*Task statement*. Reproduce, from the lines below, exactly the stretch that begins at the line containing "f 701 892 728" and ends at the line containing "f 568 519 569", both included.

*Information*.
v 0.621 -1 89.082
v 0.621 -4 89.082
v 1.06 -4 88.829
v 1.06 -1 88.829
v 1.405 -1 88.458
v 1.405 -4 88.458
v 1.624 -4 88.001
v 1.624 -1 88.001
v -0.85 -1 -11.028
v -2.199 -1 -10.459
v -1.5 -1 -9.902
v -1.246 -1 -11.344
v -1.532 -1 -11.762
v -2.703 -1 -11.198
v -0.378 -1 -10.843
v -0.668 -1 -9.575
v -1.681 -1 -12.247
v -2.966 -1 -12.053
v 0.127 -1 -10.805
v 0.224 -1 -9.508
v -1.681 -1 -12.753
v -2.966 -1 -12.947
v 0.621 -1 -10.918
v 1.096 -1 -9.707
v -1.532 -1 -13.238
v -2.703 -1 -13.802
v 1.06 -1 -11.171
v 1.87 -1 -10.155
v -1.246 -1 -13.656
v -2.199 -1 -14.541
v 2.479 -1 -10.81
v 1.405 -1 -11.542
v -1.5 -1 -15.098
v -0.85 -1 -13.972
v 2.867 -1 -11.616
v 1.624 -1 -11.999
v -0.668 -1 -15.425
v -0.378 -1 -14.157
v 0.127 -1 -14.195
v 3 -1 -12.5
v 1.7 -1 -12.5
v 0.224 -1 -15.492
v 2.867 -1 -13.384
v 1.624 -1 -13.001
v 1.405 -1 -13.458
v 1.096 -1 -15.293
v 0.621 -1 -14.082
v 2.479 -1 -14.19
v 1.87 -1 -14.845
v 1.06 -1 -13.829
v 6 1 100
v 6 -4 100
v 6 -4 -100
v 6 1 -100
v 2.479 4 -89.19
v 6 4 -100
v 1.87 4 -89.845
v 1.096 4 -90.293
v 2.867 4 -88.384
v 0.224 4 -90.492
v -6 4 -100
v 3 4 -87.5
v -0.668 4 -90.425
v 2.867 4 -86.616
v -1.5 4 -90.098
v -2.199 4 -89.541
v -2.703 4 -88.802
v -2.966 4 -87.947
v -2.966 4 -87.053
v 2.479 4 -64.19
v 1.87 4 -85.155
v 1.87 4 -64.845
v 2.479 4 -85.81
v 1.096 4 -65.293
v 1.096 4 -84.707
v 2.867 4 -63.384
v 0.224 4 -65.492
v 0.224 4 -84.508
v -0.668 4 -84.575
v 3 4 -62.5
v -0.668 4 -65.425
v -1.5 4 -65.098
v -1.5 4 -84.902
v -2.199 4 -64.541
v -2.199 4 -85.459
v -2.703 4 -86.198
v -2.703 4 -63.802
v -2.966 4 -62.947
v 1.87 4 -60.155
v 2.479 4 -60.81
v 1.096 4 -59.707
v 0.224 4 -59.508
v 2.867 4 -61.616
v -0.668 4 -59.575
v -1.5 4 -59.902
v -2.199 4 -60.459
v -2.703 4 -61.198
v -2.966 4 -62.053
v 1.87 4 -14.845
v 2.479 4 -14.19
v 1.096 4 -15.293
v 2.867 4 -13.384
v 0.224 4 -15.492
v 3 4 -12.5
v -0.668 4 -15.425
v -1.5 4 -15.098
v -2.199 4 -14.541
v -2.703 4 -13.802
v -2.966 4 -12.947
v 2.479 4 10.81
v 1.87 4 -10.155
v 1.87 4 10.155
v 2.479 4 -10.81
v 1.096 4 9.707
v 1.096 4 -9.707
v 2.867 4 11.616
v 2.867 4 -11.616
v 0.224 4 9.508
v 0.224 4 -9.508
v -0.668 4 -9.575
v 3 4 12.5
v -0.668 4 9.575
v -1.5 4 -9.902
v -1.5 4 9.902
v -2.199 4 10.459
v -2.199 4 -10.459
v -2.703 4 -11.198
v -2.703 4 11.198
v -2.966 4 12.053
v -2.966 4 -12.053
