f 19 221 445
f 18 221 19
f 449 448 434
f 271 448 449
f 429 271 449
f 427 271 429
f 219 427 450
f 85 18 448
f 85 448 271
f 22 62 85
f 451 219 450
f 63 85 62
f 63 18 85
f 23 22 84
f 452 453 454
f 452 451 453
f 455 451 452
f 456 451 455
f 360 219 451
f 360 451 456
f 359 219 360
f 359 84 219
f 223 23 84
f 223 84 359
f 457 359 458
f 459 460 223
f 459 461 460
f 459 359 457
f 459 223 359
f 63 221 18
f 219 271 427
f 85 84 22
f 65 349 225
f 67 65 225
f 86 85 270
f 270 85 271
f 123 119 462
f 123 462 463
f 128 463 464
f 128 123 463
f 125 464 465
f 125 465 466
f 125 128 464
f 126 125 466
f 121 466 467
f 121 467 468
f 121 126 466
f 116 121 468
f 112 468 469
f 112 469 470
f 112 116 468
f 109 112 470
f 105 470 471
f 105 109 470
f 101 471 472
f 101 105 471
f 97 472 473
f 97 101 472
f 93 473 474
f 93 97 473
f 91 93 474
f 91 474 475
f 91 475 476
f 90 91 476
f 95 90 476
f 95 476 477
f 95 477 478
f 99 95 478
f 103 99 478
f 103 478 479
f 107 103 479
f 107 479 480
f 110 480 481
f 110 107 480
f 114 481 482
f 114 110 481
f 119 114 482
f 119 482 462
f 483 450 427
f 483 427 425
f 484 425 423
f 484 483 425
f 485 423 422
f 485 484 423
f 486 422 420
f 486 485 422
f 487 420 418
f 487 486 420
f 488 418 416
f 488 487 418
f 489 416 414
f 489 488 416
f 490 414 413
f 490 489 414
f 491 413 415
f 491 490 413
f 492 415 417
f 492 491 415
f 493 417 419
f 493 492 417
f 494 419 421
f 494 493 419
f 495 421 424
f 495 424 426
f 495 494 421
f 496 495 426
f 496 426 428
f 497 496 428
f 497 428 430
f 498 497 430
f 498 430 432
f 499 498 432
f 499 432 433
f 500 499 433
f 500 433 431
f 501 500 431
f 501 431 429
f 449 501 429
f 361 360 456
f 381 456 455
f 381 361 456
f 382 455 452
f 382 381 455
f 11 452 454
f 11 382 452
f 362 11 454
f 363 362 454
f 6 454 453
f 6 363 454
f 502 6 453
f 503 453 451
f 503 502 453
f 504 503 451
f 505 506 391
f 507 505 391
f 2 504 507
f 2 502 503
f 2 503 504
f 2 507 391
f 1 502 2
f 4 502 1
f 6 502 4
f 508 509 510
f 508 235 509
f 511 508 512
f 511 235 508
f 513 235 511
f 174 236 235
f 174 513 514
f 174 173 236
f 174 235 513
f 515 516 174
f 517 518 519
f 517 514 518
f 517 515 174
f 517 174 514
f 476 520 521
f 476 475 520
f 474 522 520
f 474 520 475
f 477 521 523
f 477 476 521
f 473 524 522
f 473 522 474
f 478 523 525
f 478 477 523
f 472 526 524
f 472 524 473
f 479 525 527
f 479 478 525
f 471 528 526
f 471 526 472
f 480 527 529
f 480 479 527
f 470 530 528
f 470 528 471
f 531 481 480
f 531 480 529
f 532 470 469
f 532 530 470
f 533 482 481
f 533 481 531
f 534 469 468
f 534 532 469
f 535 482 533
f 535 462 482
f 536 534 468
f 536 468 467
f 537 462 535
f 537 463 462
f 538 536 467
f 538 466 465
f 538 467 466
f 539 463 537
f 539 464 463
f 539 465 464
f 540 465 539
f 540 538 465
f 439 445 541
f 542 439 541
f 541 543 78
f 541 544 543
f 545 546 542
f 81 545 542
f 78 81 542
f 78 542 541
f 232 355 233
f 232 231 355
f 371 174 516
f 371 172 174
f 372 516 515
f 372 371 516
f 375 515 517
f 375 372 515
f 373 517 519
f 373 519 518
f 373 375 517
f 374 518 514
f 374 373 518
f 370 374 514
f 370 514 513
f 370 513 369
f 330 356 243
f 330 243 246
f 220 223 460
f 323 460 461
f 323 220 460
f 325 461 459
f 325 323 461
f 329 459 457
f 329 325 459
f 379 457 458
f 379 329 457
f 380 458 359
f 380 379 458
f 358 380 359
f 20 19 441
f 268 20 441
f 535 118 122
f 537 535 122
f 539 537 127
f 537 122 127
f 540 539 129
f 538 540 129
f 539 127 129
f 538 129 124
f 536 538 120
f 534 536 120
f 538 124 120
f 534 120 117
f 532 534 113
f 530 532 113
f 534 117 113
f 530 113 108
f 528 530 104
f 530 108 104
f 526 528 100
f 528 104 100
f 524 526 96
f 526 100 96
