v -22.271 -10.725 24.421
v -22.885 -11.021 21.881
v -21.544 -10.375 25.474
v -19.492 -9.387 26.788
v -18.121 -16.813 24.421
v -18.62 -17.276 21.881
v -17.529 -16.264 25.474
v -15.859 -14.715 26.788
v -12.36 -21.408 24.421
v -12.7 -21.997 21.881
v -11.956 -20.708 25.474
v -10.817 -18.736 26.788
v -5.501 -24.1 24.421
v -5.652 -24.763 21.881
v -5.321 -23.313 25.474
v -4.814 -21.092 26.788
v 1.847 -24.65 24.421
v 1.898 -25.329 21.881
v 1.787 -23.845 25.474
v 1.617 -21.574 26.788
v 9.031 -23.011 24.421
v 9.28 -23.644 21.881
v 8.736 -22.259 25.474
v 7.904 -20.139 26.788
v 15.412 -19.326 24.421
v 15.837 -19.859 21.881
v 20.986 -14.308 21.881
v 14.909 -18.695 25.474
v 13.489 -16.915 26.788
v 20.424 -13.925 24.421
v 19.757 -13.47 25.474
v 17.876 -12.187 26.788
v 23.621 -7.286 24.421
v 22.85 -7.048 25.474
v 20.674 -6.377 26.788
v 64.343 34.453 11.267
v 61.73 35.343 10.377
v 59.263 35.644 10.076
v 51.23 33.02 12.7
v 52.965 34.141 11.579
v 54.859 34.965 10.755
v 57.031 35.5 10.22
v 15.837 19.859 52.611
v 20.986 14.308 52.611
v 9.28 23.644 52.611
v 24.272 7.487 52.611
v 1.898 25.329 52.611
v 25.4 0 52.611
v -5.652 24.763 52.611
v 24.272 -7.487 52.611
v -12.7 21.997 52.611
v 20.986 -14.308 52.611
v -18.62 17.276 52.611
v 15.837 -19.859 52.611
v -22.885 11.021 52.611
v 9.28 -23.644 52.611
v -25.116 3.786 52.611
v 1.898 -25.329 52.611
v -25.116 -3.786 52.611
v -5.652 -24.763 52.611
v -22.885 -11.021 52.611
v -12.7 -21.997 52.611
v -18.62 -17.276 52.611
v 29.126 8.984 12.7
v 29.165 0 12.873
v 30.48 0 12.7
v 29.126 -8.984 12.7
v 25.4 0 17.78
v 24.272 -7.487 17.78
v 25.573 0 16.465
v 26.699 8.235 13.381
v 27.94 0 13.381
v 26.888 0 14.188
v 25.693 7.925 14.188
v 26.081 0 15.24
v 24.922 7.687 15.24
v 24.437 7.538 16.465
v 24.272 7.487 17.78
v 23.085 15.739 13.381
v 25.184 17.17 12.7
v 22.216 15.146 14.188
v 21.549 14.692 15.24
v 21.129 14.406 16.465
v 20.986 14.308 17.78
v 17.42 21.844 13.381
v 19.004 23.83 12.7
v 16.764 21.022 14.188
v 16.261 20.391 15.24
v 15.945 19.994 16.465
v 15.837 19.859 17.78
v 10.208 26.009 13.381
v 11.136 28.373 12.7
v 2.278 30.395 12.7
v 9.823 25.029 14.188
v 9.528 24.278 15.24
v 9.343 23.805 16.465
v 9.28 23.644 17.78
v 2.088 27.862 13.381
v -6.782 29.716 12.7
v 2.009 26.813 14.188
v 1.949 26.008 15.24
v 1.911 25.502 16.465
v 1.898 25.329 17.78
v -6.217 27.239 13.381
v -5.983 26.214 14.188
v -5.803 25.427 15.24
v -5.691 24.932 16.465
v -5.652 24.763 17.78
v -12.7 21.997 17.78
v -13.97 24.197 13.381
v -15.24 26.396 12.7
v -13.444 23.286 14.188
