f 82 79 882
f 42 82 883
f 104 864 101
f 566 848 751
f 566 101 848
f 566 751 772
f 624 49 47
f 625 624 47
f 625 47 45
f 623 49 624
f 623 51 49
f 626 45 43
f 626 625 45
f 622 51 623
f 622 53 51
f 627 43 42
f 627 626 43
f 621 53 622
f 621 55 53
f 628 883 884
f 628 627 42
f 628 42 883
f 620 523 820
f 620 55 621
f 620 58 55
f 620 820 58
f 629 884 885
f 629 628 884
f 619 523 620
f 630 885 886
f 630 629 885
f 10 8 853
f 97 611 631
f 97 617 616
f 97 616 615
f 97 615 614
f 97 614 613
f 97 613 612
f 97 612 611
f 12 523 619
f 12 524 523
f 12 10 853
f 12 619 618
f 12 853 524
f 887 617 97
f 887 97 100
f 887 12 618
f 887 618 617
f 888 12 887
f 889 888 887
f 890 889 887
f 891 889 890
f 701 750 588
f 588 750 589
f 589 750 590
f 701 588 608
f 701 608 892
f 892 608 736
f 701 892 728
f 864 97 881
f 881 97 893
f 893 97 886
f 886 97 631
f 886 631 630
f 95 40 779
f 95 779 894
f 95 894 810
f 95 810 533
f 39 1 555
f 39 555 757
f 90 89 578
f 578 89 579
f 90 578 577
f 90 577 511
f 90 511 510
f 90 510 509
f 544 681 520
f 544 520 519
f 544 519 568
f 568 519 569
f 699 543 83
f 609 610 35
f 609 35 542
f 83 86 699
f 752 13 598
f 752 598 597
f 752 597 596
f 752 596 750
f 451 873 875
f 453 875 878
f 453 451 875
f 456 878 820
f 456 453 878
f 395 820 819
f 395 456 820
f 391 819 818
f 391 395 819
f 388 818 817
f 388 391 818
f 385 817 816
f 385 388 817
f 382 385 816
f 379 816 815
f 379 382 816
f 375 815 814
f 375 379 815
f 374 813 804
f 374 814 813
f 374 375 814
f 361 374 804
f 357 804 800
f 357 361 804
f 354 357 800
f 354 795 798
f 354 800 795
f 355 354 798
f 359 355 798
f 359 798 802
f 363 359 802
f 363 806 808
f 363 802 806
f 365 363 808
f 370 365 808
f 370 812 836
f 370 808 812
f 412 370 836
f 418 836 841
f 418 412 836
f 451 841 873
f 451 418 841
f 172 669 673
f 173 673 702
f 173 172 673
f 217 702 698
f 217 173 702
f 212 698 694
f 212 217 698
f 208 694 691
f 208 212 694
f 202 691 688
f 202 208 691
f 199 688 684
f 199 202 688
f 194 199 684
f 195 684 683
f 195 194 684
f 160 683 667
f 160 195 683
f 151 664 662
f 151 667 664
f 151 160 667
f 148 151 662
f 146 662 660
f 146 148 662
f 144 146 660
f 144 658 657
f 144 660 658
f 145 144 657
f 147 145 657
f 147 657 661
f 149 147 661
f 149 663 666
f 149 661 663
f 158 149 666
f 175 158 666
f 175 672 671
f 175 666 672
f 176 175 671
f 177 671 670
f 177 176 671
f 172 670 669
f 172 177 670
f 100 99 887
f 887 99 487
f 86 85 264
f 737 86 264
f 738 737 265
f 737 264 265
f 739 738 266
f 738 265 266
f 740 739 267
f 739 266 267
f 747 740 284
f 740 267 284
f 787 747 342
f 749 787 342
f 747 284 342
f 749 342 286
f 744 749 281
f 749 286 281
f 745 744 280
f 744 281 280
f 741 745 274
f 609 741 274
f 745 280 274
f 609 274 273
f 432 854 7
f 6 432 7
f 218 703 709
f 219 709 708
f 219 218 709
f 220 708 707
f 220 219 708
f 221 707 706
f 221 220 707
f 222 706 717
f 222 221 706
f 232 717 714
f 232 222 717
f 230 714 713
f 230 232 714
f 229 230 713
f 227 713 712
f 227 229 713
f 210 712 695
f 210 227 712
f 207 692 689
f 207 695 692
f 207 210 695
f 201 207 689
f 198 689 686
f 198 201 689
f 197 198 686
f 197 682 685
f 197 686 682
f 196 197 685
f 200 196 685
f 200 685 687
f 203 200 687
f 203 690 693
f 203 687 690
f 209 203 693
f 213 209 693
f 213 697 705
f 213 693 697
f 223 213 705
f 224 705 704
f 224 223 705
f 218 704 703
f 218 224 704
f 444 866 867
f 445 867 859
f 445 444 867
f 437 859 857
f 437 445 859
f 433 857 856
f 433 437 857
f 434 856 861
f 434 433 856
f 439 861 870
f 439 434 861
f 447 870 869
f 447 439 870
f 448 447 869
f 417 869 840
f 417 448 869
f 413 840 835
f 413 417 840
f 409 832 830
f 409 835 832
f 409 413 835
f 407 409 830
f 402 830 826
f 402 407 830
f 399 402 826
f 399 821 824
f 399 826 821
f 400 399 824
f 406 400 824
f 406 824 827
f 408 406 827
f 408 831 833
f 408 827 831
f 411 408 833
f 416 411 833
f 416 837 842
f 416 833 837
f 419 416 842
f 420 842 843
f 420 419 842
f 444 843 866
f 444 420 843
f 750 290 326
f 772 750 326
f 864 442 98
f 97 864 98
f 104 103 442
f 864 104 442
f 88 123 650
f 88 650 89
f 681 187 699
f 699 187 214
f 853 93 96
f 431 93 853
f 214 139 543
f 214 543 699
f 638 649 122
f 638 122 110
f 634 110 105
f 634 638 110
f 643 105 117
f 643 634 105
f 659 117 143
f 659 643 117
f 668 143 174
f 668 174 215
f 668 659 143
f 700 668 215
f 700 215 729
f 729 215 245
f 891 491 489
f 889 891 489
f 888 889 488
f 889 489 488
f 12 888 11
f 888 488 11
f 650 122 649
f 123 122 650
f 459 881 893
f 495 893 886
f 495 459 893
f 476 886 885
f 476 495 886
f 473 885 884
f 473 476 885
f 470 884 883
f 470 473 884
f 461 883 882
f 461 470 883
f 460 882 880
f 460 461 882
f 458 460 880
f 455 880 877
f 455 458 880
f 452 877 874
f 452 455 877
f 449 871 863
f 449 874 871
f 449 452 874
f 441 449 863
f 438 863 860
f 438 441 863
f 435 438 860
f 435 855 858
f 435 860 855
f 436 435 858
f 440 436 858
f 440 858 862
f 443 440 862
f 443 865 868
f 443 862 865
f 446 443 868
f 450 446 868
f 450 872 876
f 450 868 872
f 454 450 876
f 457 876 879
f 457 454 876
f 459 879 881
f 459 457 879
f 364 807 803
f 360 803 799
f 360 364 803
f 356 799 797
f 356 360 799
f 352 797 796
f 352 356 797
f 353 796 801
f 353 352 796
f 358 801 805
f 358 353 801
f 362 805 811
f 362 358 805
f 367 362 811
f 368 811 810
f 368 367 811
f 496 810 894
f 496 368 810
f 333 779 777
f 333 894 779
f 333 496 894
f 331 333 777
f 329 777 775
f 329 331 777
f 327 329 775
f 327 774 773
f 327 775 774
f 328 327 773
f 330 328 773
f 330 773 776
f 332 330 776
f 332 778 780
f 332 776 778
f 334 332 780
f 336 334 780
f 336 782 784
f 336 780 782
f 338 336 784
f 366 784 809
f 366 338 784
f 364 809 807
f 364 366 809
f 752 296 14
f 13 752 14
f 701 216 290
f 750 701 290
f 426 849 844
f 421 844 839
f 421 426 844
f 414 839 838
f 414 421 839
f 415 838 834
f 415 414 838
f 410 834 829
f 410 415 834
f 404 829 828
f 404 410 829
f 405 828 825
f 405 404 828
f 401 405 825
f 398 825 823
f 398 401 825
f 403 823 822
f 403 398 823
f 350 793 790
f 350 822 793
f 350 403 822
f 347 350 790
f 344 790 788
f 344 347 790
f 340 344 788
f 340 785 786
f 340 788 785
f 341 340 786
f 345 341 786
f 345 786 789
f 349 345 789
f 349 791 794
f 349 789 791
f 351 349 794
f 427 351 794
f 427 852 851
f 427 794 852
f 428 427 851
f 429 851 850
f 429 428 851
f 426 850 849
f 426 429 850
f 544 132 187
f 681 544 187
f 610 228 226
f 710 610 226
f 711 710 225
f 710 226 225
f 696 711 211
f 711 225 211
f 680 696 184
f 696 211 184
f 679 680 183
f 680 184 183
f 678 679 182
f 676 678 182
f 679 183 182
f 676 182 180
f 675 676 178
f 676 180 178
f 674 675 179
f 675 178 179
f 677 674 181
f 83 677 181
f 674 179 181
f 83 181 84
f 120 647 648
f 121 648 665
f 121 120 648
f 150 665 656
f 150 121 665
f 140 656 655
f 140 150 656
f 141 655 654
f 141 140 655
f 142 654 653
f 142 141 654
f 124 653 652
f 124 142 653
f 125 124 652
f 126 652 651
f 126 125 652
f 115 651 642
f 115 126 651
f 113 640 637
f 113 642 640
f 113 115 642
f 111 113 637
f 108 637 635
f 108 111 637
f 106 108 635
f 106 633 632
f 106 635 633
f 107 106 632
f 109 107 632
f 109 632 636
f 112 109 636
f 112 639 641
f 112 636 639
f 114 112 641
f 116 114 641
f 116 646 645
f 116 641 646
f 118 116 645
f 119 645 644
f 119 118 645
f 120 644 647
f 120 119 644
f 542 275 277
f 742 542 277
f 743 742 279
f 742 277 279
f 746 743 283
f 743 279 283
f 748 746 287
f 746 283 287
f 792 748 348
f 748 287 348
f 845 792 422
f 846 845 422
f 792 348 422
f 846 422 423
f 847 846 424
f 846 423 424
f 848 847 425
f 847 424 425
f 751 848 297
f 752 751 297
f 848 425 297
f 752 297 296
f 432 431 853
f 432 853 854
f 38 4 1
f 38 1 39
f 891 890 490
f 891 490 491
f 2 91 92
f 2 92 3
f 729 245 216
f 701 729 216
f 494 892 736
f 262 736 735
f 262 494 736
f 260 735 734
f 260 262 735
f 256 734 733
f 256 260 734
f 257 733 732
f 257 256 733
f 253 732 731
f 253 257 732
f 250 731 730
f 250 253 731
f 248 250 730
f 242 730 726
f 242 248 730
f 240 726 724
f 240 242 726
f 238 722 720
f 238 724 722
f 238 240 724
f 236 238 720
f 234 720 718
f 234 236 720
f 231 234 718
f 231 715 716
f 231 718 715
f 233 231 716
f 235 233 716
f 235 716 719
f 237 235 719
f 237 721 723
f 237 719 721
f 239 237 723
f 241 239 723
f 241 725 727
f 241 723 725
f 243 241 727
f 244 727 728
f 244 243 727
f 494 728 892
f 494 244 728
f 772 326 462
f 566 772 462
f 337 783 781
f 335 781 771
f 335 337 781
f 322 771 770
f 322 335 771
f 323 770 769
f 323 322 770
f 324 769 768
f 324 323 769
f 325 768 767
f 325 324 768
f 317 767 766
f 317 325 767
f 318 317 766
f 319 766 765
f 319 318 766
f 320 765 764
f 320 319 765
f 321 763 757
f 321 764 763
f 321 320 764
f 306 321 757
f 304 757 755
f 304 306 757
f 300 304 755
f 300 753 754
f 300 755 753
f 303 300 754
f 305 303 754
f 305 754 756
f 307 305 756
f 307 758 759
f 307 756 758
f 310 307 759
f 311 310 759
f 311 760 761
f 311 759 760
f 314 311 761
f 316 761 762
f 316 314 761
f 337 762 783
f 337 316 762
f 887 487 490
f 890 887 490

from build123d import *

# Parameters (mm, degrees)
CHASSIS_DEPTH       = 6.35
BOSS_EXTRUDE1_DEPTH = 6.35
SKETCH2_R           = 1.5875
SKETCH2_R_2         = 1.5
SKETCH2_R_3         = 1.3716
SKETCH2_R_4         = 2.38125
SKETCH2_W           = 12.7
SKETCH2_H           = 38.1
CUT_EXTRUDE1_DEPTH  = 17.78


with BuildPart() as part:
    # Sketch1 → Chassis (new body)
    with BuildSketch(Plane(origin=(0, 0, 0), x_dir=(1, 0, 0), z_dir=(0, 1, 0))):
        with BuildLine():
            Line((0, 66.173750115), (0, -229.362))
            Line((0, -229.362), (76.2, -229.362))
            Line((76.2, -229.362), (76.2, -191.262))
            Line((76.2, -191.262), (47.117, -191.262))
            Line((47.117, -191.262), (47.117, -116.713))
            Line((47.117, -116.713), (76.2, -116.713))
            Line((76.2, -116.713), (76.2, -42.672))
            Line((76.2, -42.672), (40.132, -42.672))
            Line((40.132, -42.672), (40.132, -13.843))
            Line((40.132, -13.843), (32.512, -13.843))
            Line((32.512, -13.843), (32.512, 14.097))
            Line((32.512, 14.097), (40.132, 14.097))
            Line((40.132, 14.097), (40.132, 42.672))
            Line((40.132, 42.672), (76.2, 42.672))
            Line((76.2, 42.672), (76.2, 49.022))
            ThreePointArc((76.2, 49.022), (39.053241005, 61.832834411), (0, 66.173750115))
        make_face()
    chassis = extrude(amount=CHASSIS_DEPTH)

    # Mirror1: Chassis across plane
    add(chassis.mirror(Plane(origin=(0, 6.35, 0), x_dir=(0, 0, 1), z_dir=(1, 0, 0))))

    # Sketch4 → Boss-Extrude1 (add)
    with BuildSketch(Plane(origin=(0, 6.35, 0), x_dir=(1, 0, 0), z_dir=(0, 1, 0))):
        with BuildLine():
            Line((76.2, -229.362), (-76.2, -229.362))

*Solution*.
f 701 892 728
f 864 97 881
f 881 97 893
f 893 97 886
f 886 97 631
f 886 631 630
f 95 40 779
f 95 779 894
f 95 894 810
f 95 810 533
f 39 1 555
f 39 555 757
f 90 89 578
f 578 89 579
f 90 578 577
f 90 577 511
f 90 511 510
f 90 510 509
f 544 681 520
f 544 520 519
f 544 519 568
f 568 519 569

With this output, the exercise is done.